The format for entering a search for query type 10 would be:
*tableID1,tableID2,tableID3 stateFIPScode countyFIPScode tractFIPScode
blockGroup1,blockGroup2*
For example to search ACS estimates B02001_002E and B02001_003E, (off the
top of my head I think _002E is race: white and _003E is race: black /
african american) in the state of Massachusetts (code 017) in Middlesex
county (code 025) census tract 353500 block groups 1 and 2, you would enter:
*B02001_002E,B002001_003E 025 017 353500 1,2*
*
*
This isn't the most friendly format but it's nice for grabbing large
amounts of information on several geographies at a time. For general ease
of use I'd suggest using an external notepad program to assemble your
queries and then paste them in so you don't have to retype it all in case
of a typo. All queries follow this format of the table/variable IDs
separated by commas followed by the geographies in the order they appear
separated by spaces.
The main functionality that I'd like to add in the future is the ability to
create custom geographies. Since Cambridge has 13 neighborhoods that do not
exactly line up with census tracts, I hard coded in each neighborhood's
component tracts and/or block groups so the neighborhoods could be searched
as a whole. This can be easily written to work dynamically for the entire
country, allowing you to save custom geographies of multiple census tracts,
counties, or any combination of counties, subcounties, block groups, etc.

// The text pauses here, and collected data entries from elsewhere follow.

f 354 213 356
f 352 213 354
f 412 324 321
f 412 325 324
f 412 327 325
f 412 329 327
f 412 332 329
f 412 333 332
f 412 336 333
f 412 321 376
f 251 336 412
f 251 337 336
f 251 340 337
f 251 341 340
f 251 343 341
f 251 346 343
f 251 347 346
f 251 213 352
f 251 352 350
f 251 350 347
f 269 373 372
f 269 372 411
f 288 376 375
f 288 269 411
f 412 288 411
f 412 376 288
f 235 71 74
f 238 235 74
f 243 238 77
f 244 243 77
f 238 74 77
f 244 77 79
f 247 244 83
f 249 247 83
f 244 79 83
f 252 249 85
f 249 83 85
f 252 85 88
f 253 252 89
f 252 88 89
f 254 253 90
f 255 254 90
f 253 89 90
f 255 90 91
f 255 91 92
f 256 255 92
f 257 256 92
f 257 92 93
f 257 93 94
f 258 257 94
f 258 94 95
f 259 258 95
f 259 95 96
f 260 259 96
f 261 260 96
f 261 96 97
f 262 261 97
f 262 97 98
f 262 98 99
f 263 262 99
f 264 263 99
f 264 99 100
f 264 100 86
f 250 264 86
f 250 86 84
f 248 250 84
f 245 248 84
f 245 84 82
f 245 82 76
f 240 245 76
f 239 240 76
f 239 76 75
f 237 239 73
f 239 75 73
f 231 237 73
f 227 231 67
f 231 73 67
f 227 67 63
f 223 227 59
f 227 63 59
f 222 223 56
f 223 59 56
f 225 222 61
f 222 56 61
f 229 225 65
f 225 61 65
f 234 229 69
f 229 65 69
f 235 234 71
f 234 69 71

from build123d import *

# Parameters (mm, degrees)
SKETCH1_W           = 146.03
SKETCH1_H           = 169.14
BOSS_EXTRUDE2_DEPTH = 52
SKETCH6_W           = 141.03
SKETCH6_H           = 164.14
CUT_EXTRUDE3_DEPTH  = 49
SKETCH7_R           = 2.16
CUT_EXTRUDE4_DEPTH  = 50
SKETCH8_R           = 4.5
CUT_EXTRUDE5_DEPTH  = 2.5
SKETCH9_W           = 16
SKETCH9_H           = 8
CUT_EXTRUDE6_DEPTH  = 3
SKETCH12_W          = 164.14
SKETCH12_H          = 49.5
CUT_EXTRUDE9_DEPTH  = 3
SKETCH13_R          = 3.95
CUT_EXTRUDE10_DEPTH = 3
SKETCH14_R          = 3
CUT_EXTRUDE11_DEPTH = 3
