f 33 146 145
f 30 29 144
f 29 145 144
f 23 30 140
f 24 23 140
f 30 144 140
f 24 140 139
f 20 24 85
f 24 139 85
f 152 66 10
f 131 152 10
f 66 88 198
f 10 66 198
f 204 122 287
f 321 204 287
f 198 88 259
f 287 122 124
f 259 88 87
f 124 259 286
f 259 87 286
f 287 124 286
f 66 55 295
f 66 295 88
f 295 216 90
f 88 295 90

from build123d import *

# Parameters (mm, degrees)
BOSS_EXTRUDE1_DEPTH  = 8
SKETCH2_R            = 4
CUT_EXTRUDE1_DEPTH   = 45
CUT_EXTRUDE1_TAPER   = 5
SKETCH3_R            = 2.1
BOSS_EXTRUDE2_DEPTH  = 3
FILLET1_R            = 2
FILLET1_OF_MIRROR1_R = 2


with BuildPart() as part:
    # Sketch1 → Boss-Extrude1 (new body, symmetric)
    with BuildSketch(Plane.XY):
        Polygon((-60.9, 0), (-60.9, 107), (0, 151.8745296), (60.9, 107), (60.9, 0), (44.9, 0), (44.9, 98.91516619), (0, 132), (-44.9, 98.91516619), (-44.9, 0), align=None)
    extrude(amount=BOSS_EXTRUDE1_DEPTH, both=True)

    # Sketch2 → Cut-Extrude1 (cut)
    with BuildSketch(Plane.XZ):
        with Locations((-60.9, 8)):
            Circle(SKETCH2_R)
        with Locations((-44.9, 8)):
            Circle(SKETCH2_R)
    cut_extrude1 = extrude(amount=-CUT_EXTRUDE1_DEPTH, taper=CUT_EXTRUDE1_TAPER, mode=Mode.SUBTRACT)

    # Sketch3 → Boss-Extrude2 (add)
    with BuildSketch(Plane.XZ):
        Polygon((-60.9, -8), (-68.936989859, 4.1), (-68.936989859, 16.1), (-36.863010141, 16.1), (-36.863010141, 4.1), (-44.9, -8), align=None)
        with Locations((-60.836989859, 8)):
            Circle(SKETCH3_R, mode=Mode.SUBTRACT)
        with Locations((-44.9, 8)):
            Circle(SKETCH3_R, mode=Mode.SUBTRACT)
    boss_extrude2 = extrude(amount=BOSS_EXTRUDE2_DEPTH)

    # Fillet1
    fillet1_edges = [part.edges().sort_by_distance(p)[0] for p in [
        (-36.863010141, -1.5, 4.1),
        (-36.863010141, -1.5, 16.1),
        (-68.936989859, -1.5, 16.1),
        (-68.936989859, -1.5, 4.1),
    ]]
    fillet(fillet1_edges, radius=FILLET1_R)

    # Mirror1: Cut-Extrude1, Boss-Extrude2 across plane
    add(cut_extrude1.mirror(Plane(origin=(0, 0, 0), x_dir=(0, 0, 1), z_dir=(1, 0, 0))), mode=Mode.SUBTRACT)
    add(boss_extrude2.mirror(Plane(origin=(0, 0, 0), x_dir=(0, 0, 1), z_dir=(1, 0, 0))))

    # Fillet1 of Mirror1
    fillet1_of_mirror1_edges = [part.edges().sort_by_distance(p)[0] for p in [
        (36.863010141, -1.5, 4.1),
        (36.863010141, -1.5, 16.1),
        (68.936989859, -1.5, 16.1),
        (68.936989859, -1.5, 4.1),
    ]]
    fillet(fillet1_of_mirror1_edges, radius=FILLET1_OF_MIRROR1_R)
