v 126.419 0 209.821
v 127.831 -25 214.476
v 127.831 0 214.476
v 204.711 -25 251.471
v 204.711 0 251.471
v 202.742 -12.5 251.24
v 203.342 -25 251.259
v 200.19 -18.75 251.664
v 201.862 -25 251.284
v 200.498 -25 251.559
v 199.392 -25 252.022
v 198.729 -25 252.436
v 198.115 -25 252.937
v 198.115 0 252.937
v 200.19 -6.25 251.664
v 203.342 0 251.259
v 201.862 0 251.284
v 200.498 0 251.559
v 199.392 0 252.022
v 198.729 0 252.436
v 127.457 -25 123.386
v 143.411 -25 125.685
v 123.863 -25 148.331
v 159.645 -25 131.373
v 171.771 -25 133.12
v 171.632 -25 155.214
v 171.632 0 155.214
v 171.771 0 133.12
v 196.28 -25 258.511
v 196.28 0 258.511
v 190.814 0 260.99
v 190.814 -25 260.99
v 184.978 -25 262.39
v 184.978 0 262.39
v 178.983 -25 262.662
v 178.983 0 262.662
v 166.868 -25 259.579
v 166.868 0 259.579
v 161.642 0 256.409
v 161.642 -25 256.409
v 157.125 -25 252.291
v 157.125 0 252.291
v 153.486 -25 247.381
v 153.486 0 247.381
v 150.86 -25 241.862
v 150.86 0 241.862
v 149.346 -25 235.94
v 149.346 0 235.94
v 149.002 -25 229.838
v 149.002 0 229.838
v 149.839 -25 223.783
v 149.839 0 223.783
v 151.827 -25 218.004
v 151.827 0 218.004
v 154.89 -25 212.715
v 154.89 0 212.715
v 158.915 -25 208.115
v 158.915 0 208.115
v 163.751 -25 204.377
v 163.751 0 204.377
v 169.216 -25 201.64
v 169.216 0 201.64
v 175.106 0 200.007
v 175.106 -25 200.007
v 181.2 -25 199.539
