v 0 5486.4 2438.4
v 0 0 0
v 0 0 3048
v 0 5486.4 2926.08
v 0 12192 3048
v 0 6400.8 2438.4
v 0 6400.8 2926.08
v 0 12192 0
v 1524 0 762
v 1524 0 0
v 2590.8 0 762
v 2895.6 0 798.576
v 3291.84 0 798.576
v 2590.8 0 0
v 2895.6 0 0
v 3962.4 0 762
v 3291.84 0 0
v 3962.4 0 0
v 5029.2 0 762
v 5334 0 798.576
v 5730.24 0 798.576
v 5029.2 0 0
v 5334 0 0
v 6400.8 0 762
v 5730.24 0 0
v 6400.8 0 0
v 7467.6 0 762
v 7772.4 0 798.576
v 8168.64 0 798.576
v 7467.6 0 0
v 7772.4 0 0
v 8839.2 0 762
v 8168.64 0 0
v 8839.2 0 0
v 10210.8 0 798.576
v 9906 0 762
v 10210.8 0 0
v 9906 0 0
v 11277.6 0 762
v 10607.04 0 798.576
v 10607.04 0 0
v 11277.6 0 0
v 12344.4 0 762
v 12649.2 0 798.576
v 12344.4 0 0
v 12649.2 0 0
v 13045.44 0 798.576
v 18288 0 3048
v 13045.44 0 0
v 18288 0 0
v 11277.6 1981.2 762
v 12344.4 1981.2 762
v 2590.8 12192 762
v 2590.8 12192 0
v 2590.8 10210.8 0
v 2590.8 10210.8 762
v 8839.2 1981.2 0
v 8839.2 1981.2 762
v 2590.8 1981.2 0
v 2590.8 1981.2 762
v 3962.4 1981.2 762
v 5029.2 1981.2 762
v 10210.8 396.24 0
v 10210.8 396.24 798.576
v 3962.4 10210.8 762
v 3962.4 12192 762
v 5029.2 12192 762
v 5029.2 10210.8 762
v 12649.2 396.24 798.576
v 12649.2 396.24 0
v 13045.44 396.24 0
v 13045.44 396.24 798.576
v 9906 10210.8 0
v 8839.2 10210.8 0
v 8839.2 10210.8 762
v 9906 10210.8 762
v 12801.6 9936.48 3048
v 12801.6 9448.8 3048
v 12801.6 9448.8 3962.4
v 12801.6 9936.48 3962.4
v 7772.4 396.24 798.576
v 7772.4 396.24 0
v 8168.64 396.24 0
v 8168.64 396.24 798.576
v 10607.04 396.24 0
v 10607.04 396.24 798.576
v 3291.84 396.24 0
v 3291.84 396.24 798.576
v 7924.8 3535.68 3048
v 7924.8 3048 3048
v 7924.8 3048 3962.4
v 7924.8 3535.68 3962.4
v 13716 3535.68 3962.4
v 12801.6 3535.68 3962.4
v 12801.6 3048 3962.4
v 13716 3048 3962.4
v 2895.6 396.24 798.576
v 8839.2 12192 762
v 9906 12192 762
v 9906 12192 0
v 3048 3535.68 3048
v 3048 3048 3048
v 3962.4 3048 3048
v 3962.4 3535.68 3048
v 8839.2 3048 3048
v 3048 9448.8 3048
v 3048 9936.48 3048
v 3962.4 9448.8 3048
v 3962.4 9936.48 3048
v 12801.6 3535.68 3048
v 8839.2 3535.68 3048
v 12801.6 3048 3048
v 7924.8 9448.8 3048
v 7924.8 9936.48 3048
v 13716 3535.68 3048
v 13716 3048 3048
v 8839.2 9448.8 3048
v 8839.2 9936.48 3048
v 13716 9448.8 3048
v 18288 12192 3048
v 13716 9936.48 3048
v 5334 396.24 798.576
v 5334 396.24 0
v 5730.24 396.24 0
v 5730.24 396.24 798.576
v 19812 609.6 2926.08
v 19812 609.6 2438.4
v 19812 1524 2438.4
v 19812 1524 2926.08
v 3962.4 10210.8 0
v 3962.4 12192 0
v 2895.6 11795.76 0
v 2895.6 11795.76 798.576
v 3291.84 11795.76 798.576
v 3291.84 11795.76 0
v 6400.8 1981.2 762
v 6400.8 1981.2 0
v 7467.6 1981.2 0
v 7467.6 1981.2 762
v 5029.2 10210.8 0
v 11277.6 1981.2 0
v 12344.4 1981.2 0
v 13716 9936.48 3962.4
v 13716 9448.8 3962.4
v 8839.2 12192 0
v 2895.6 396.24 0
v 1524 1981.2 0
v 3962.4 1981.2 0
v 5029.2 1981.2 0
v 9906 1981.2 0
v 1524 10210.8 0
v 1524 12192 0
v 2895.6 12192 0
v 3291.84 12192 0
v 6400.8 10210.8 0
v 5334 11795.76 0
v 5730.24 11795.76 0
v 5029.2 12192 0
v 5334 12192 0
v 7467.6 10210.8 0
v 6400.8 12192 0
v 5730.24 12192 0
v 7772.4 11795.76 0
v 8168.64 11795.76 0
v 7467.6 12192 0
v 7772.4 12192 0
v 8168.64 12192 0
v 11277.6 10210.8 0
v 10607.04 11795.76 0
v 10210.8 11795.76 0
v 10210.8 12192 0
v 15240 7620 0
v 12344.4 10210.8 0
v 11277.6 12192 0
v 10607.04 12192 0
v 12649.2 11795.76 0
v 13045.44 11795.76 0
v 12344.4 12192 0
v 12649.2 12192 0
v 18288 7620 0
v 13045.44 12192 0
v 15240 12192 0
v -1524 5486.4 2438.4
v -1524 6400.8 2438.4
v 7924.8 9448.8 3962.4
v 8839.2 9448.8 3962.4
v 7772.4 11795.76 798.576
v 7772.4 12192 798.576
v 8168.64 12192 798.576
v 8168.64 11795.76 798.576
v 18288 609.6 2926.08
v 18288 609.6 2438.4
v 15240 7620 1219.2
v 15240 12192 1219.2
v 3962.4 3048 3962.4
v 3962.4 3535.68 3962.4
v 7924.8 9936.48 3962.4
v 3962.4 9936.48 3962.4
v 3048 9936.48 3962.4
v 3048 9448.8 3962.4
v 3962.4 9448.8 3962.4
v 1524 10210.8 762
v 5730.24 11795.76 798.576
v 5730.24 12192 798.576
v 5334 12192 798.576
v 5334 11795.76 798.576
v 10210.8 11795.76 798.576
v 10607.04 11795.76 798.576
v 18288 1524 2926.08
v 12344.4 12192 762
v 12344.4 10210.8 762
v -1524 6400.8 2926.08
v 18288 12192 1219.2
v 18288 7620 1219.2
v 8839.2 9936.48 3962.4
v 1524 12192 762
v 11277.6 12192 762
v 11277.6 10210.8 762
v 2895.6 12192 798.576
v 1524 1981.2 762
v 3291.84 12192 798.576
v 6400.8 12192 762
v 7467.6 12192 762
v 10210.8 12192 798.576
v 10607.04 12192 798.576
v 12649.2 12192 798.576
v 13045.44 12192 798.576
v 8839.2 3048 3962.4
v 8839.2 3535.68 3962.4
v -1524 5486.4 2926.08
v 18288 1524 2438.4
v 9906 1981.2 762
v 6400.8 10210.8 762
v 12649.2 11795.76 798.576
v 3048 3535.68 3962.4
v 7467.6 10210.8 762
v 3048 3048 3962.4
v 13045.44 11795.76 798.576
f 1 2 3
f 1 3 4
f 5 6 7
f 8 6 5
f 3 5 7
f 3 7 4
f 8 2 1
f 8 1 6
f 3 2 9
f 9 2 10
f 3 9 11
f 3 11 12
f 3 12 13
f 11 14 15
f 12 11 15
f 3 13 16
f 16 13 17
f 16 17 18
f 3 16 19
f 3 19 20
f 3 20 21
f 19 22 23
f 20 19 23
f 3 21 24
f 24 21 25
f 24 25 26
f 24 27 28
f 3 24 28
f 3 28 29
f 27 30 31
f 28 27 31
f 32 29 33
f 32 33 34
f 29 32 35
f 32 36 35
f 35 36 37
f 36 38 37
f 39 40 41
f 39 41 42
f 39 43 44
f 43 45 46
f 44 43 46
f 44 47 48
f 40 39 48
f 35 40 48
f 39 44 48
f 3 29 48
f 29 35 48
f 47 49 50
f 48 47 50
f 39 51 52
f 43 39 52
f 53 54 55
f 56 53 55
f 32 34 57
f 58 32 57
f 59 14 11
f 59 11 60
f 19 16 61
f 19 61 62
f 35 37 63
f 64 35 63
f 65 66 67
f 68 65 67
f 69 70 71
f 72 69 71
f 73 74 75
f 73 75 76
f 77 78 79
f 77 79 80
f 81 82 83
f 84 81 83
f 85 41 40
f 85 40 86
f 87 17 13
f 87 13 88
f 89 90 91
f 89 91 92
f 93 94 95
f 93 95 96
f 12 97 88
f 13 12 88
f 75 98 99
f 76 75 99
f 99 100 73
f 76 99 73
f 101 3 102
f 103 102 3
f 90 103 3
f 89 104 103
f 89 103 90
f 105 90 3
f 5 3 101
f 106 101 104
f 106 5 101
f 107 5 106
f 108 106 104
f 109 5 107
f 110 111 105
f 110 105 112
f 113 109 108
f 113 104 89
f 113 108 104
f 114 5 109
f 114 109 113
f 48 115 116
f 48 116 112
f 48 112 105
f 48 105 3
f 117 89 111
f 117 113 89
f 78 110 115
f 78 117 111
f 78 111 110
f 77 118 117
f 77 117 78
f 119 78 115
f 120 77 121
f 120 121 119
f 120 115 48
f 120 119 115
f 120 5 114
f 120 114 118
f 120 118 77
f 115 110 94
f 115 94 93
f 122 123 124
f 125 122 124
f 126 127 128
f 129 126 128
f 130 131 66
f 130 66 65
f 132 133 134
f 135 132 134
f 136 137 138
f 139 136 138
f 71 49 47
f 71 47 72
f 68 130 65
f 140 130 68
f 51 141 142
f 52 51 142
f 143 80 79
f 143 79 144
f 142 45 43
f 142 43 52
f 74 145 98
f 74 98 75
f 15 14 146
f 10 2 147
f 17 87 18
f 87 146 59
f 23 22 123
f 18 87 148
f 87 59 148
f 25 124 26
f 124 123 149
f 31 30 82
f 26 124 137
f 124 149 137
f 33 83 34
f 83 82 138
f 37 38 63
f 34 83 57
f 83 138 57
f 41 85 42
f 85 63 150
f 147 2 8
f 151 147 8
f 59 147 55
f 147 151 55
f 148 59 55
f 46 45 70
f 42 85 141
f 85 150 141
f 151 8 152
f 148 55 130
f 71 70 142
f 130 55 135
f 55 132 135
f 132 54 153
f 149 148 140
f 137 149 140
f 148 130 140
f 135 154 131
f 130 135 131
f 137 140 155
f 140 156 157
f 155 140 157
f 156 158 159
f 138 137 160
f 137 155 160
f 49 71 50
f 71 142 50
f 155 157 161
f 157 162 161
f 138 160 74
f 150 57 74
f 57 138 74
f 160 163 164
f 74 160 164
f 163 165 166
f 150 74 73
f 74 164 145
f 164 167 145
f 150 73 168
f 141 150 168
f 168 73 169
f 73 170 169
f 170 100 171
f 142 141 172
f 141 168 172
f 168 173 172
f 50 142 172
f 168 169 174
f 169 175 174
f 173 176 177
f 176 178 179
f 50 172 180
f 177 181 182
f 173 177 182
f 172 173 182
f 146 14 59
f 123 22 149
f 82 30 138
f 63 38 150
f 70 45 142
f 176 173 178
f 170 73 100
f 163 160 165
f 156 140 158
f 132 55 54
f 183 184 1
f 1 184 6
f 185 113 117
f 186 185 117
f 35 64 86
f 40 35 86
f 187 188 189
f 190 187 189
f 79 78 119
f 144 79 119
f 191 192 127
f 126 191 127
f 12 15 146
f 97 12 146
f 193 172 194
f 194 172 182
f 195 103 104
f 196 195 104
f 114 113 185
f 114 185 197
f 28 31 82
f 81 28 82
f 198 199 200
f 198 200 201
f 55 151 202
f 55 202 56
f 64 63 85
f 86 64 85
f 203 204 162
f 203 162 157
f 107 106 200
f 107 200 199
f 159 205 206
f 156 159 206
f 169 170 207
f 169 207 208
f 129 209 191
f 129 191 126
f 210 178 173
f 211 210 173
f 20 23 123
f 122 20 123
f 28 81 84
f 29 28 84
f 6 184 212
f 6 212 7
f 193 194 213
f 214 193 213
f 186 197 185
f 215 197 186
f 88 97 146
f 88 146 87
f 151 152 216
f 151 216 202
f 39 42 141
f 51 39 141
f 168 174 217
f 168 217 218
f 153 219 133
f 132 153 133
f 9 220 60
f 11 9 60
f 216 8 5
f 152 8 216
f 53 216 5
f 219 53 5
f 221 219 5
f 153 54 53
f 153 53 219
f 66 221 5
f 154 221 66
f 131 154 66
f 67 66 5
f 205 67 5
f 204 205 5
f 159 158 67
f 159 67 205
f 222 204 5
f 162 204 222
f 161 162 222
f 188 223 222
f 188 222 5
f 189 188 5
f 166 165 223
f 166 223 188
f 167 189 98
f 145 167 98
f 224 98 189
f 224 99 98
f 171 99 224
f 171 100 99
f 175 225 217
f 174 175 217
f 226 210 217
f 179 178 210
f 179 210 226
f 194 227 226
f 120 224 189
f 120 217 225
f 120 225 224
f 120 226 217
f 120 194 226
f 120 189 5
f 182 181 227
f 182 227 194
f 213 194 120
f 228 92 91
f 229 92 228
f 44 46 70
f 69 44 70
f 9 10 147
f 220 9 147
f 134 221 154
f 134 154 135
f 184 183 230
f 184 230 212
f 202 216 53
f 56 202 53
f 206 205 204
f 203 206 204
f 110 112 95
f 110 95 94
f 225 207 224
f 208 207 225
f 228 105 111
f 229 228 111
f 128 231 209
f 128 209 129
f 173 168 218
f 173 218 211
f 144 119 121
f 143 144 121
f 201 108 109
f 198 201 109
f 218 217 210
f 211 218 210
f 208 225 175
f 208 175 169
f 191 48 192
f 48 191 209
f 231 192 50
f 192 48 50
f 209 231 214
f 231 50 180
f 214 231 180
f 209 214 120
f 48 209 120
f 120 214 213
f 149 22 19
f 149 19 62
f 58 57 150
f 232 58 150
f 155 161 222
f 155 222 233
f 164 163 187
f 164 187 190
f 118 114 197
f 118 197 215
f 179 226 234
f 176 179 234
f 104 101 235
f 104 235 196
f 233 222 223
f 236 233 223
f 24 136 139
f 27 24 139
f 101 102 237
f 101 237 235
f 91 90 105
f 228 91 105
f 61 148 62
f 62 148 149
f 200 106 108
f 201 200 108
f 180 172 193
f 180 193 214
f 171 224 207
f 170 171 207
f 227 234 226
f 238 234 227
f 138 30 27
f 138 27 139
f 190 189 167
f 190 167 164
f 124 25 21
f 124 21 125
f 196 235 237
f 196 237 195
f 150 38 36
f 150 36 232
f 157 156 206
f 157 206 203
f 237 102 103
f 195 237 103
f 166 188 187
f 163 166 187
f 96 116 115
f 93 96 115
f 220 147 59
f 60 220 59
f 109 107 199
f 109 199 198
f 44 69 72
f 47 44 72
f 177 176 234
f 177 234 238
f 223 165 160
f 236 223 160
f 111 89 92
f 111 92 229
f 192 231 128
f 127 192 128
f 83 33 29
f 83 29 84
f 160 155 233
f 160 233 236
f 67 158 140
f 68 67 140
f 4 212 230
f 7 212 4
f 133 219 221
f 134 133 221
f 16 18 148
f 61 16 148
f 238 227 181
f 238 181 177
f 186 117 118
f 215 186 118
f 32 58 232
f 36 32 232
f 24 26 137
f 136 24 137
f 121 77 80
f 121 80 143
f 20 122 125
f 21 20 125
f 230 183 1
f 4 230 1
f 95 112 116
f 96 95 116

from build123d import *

# Parameters (mm, degrees)
BOX011_W     = 3048
BOX011_H     = 4572
BOX011_DEPTH = 1219.2
BOX006_W     = 1066.8
BOX006_H     = 1981.2
BOX006_DEPTH = 762
BOX005_W     = 396.24
BOX005_H     = 396.24
BOX005_DEPTH = 798.576
BOX007_W     = 1066.8
BOX007_H     = 1981.2
BOX007_DEPTH = 762
BOX008_W     = 396.24
BOX008_H     = 396.24
BOX008_DEPTH = 798.576
BOX010_W     = 1066.8
BOX010_H     = 1981.2
BOX010_DEPTH = 762
BOX009_W     = 396.24
BOX009_H     = 396.24
BOX009_DEPTH = 798.576
BOX001_W     = 1066.8
BOX001_H     = 1981.2
BOX001_DEPTH = 762
BOX002_W     = 396.24
BOX002_H     = 396.24
BOX002_DEPTH = 798.576
BOX003_W     = 1066.8
BOX003_H     = 1981.2
BOX003_DEPTH = 762
BOX004_W     = 396.24
BOX004_H     = 396.24
BOX004_DEPTH = 798.576
BOX016_W     = 914.4
BOX016_H     = 487.68
BOX016_DEPTH = 1219.2
BOX018_W     = 914.4
BOX018_H     = 487.68
BOX018_DEPTH = 1219.2
BOX017_W     = 914.4
BOX017_H     = 487.68
BOX017_DEPTH = 1219.2
BOX015_W     = 914.4
BOX015_H     = 487.68
BOX015_DEPTH = 1219.2
BOX014_W     = 914.4
BOX014_H     = 487.68
BOX014_DEPTH = 1219.2
BOX019_W     = 914.4
BOX019_H     = 487.68
BOX019_DEPTH = 1219.2
BOX013_W     = 2438.4
BOX013_H     = 914.4
BOX013_DEPTH = 487.68
BOX012_W     = 2438.4
BOX012_H     = 914.4
BOX012_DEPTH = 487.68
BOX_W        = 18288
BOX_H        = 12192
BOX_DEPTH    = 3048


with BuildPart() as nurse_station:
    # Box011 → Box011 (new body)
    with BuildSketch(Plane(origin=(15240, 7620, 0), x_dir=(1, 0, 0), z_dir=(0, 0, 1))):
        with Locations((1524, 2286)):
            Rectangle(BOX011_W, BOX011_H)
    extrude(amount=BOX011_DEPTH)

There is a half-written geoGroup class that is intended to do this.
The program is written in C++ which is not the most user-friendly language,
but the code is commented and fairly repetitive, so shouldn't be too
arcane. I'll continually make changes and I'd invite anyone who's
interested in this utility's use / potential uses to give me feedback or
suggestions or make changes of your own. If there is interest in improving
it, I would also like to, at some point, rewrite the utility in Java with a
graphical interface and the ability to use custom geographies. I am in no
way a professional programmer (I'm a 4th year sociology undergrad with a
computer science minor) so I'm sure there are plenty of things in the code
that could be cleaned up or improved.
It was written in a Cygwin environment using a Cygwin version of LibCurl so
C could read data from http, and is released this under the general public
license (which is compatible with Cygwin's GPL and Curl's openBSD).
The current source code can be found in a GitHub repository
here<https://github.com/UpQuark/CensusRetrieverSource>ce>.
The compiled executable of the current version and its dependent libraries
can be downloaded here <http://www.fileswap.com/dl/01ZiyjiDlY/>.
Regards,
Samuel Ennis